WHAT YOU WILL DO> Keep only the lines from the start of the data through the line containing "Line((-9.505798, -11.983685), (-6.234194, -20.386156))", and output them exactly.

══ DATA EXTRACTS ══

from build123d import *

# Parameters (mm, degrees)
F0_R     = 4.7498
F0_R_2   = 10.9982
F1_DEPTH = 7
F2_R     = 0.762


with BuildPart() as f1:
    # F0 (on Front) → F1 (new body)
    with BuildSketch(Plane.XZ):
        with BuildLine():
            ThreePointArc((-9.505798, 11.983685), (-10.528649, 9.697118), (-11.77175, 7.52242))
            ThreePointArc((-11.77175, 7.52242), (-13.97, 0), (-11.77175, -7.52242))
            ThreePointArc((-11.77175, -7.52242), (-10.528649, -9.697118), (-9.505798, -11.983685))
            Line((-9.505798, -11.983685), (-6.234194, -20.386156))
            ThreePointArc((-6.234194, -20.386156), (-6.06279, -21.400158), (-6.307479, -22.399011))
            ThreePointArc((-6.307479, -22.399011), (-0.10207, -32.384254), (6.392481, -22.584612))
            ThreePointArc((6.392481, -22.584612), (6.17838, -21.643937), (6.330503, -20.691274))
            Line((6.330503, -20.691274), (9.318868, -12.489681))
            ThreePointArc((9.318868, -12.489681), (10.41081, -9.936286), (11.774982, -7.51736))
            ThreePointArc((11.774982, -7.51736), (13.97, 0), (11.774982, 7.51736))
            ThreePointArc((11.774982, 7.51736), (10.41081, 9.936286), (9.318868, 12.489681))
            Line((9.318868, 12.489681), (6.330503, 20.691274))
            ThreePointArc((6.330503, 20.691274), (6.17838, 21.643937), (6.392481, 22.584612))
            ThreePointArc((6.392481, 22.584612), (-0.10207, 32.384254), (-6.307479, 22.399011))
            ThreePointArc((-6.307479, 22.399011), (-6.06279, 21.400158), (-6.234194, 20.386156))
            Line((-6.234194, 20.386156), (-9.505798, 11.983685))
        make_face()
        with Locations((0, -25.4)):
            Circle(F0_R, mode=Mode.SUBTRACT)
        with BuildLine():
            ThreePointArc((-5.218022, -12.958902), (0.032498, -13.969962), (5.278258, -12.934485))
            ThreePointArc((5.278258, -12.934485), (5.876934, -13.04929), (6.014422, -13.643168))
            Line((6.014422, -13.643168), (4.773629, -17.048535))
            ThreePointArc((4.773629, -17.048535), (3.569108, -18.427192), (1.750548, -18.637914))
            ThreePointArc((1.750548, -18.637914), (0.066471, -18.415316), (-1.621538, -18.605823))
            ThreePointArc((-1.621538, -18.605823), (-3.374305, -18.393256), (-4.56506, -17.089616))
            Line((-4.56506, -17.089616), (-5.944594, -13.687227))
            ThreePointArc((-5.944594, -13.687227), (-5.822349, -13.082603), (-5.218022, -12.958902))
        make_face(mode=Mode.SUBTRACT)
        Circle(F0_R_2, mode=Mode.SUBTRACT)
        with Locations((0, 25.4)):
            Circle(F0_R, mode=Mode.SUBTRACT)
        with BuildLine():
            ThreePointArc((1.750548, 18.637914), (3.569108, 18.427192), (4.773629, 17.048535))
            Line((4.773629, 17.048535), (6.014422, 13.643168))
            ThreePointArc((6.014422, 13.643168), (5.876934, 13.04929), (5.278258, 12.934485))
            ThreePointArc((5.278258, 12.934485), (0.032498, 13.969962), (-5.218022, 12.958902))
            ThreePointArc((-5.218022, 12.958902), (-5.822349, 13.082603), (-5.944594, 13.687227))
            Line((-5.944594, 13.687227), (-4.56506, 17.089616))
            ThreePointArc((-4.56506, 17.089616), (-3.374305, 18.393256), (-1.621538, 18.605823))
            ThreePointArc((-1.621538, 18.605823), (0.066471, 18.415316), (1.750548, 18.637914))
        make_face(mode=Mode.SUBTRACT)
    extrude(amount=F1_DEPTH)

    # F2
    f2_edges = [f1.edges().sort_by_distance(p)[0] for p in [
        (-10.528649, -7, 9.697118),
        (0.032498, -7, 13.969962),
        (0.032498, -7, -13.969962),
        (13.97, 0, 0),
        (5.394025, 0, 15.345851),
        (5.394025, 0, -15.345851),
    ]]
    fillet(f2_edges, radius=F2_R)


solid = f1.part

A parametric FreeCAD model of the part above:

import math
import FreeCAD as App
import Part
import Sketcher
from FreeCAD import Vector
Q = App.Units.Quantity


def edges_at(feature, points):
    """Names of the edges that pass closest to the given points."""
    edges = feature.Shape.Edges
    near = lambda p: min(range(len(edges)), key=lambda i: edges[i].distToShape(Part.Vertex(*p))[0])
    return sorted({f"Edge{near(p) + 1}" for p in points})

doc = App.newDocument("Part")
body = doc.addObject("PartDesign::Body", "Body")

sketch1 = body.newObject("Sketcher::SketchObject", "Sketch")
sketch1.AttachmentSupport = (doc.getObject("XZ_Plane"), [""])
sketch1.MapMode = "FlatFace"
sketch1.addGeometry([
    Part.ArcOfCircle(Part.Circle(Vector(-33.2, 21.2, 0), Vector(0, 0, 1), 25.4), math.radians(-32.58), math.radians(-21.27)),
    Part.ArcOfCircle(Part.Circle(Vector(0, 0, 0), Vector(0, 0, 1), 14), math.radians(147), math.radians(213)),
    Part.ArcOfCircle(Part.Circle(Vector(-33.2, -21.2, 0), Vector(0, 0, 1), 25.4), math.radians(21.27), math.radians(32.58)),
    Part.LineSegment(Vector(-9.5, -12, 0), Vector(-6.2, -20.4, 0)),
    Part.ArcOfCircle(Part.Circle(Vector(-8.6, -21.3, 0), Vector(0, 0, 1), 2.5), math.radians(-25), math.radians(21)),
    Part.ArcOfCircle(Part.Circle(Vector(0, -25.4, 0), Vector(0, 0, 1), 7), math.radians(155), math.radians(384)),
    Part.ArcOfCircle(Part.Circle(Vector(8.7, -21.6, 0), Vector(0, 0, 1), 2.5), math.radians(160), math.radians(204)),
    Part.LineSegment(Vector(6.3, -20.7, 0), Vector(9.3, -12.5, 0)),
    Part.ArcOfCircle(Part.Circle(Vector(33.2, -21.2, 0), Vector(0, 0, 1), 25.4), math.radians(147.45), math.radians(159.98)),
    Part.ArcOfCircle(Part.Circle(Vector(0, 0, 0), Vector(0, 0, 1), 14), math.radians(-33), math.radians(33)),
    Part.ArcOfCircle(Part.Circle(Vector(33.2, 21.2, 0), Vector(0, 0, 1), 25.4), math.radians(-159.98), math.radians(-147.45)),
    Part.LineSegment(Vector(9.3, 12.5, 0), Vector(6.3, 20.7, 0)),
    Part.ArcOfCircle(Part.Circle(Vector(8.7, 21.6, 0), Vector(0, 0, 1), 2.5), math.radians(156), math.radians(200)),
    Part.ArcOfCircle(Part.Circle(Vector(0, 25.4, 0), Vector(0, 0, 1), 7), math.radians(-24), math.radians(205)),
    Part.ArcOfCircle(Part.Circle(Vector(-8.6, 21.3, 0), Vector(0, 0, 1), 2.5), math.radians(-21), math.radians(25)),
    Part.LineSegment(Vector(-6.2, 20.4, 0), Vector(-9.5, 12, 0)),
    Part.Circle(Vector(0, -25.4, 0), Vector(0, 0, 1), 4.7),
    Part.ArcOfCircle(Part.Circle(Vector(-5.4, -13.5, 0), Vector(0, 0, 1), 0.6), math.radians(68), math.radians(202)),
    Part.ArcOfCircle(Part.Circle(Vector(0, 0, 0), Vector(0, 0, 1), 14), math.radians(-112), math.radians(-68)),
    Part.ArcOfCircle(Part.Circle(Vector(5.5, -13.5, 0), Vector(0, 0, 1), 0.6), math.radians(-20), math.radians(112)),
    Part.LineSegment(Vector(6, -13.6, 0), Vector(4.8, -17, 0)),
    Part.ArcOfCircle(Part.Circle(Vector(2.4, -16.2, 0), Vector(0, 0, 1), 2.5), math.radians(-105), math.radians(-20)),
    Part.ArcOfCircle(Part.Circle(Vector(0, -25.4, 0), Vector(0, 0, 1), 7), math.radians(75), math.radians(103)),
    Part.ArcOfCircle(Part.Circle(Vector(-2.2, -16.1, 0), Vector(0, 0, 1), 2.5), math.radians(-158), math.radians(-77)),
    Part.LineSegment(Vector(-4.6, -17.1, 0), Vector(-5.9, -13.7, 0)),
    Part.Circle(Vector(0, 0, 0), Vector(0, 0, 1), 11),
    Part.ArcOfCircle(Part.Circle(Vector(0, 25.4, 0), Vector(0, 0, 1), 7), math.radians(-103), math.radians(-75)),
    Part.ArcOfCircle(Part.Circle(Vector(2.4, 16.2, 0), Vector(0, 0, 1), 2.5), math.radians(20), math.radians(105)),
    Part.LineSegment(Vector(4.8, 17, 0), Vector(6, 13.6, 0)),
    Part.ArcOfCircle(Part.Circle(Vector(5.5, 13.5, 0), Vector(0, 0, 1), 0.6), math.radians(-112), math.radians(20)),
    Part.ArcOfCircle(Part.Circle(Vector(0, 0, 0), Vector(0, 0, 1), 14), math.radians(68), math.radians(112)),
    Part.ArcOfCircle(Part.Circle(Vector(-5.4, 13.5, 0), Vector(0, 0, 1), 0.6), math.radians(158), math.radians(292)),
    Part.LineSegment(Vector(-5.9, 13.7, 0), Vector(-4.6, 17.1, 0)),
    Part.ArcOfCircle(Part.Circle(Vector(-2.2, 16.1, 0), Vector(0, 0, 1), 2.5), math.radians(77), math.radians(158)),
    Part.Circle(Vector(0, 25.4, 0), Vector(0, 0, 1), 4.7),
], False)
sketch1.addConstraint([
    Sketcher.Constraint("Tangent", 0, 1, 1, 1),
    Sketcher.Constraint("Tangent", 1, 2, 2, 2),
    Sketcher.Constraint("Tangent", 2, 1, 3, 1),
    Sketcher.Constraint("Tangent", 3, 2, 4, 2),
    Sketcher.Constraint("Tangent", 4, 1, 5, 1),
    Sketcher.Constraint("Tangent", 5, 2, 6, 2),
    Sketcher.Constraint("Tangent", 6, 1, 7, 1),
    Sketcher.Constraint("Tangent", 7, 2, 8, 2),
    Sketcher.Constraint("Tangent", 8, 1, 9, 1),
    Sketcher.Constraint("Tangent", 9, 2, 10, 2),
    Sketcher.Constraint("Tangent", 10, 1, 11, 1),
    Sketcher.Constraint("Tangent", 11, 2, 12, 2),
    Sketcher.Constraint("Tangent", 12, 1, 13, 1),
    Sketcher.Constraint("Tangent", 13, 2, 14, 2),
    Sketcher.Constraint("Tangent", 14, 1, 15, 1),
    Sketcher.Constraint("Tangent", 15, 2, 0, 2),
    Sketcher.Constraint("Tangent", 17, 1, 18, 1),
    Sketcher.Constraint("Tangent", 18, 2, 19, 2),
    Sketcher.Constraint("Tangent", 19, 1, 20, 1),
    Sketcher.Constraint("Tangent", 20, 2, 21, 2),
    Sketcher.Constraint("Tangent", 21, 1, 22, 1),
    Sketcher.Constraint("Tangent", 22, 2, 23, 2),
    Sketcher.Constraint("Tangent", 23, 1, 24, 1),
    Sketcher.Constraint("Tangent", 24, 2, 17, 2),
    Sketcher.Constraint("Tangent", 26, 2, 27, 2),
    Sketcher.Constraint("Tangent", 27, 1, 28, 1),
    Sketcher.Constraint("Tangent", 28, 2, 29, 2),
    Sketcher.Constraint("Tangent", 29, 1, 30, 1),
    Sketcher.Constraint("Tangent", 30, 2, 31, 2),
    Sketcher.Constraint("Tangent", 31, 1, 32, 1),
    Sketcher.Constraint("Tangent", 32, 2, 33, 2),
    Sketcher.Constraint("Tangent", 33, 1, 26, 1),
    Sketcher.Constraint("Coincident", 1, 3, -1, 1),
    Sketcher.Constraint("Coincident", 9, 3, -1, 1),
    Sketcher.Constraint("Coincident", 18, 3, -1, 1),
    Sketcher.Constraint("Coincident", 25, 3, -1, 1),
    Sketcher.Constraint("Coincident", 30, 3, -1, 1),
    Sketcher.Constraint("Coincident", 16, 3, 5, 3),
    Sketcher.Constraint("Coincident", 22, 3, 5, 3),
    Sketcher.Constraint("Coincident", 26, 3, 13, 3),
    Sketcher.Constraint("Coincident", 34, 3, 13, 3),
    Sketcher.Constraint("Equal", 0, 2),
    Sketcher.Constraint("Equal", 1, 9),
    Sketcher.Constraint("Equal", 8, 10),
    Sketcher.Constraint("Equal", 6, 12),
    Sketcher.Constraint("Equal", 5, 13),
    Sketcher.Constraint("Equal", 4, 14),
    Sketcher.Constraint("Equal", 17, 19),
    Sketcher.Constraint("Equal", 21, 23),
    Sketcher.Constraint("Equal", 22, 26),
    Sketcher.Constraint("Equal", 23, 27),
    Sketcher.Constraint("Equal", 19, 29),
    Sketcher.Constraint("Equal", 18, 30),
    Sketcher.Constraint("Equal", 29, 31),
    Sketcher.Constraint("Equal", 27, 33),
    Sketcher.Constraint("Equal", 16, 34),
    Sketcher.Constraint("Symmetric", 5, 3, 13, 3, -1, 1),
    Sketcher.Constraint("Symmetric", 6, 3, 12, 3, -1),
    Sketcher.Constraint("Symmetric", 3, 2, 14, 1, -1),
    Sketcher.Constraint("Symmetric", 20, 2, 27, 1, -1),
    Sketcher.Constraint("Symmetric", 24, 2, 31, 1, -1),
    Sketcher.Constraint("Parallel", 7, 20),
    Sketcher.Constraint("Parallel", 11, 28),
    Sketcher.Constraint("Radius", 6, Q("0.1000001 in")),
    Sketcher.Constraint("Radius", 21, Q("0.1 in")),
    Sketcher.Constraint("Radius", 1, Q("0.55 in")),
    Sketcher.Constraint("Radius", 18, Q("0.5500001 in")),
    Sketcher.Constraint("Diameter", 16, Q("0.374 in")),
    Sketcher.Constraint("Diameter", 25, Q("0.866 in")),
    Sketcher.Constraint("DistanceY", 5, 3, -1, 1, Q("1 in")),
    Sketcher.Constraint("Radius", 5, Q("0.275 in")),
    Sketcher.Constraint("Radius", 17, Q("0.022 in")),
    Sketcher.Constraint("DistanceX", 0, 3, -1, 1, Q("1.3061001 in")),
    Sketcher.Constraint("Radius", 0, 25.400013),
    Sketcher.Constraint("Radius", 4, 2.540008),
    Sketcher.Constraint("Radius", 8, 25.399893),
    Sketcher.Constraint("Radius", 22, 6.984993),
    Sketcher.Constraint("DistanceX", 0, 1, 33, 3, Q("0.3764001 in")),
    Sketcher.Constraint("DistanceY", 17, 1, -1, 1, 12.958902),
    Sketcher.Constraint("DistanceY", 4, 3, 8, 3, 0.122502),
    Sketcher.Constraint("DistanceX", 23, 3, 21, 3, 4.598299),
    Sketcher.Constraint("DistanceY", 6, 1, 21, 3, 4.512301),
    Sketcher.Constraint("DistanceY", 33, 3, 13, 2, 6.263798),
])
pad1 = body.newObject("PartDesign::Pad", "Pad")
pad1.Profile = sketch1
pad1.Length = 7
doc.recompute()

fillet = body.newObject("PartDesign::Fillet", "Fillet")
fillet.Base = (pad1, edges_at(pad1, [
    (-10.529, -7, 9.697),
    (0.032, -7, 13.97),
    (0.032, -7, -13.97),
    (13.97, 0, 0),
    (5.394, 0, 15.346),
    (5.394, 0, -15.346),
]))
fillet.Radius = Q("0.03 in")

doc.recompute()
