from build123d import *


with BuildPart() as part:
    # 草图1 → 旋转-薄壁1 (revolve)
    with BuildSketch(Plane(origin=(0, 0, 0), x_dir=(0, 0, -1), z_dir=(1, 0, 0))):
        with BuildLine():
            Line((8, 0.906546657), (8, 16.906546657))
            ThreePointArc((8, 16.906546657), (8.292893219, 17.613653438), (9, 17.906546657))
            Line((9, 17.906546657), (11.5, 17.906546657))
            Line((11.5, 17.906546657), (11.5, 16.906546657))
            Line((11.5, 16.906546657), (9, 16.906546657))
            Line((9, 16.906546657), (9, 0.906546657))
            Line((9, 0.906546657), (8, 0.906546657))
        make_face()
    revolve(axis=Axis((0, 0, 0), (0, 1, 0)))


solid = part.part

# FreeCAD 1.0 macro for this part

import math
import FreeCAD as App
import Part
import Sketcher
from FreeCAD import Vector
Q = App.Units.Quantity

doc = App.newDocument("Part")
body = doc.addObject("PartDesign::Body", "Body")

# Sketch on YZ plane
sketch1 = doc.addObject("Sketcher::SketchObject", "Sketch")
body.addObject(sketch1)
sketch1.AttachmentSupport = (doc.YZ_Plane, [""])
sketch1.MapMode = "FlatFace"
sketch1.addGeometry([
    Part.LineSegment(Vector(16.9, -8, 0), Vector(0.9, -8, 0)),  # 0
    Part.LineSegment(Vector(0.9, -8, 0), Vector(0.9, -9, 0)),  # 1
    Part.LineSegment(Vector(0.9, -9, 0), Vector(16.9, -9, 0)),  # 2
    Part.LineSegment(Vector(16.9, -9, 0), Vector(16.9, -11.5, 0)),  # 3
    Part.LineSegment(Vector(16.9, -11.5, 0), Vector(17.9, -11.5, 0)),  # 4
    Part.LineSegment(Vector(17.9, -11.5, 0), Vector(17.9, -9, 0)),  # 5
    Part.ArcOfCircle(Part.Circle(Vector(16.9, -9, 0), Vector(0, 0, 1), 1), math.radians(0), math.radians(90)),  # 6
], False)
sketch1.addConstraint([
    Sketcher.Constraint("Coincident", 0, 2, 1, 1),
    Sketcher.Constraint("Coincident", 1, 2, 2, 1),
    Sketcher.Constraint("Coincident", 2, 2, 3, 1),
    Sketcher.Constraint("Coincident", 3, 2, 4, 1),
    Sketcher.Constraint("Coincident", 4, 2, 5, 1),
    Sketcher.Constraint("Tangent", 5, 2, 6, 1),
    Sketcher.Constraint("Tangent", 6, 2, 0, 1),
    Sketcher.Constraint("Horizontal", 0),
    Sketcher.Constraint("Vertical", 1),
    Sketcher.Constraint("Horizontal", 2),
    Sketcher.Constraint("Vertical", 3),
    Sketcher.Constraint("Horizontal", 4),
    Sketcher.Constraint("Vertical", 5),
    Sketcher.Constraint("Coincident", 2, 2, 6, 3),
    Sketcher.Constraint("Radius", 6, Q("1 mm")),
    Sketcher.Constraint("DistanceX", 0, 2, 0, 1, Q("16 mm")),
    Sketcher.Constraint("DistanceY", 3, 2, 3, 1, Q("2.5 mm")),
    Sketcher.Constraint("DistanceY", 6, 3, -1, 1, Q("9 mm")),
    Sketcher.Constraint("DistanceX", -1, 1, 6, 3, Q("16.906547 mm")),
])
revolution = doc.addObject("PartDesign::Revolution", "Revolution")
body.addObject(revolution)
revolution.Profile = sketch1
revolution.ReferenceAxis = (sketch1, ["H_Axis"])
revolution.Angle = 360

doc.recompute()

═══

RESPONSE AREA>
from build123d import *

# Parameters (mm, degrees)
F0_R     = 4.7498
F0_R_2   = 10.9982
F1_DEPTH = 7
F2_R     = 0.762


with BuildPart() as f1:
    # F0 (on Front) → F1 (new body)
    with BuildSketch(Plane.XZ):
        with BuildLine():
            ThreePointArc((-9.505798, 11.983685), (-10.528649, 9.697118), (-11.77175, 7.52242))
            ThreePointArc((-11.77175, 7.52242), (-13.97, 0), (-11.77175, -7.52242))
            ThreePointArc((-11.77175, -7.52242), (-10.528649, -9.697118), (-9.505798, -11.983685))
            Line((-9.505798, -11.983685), (-6.234194, -20.386156))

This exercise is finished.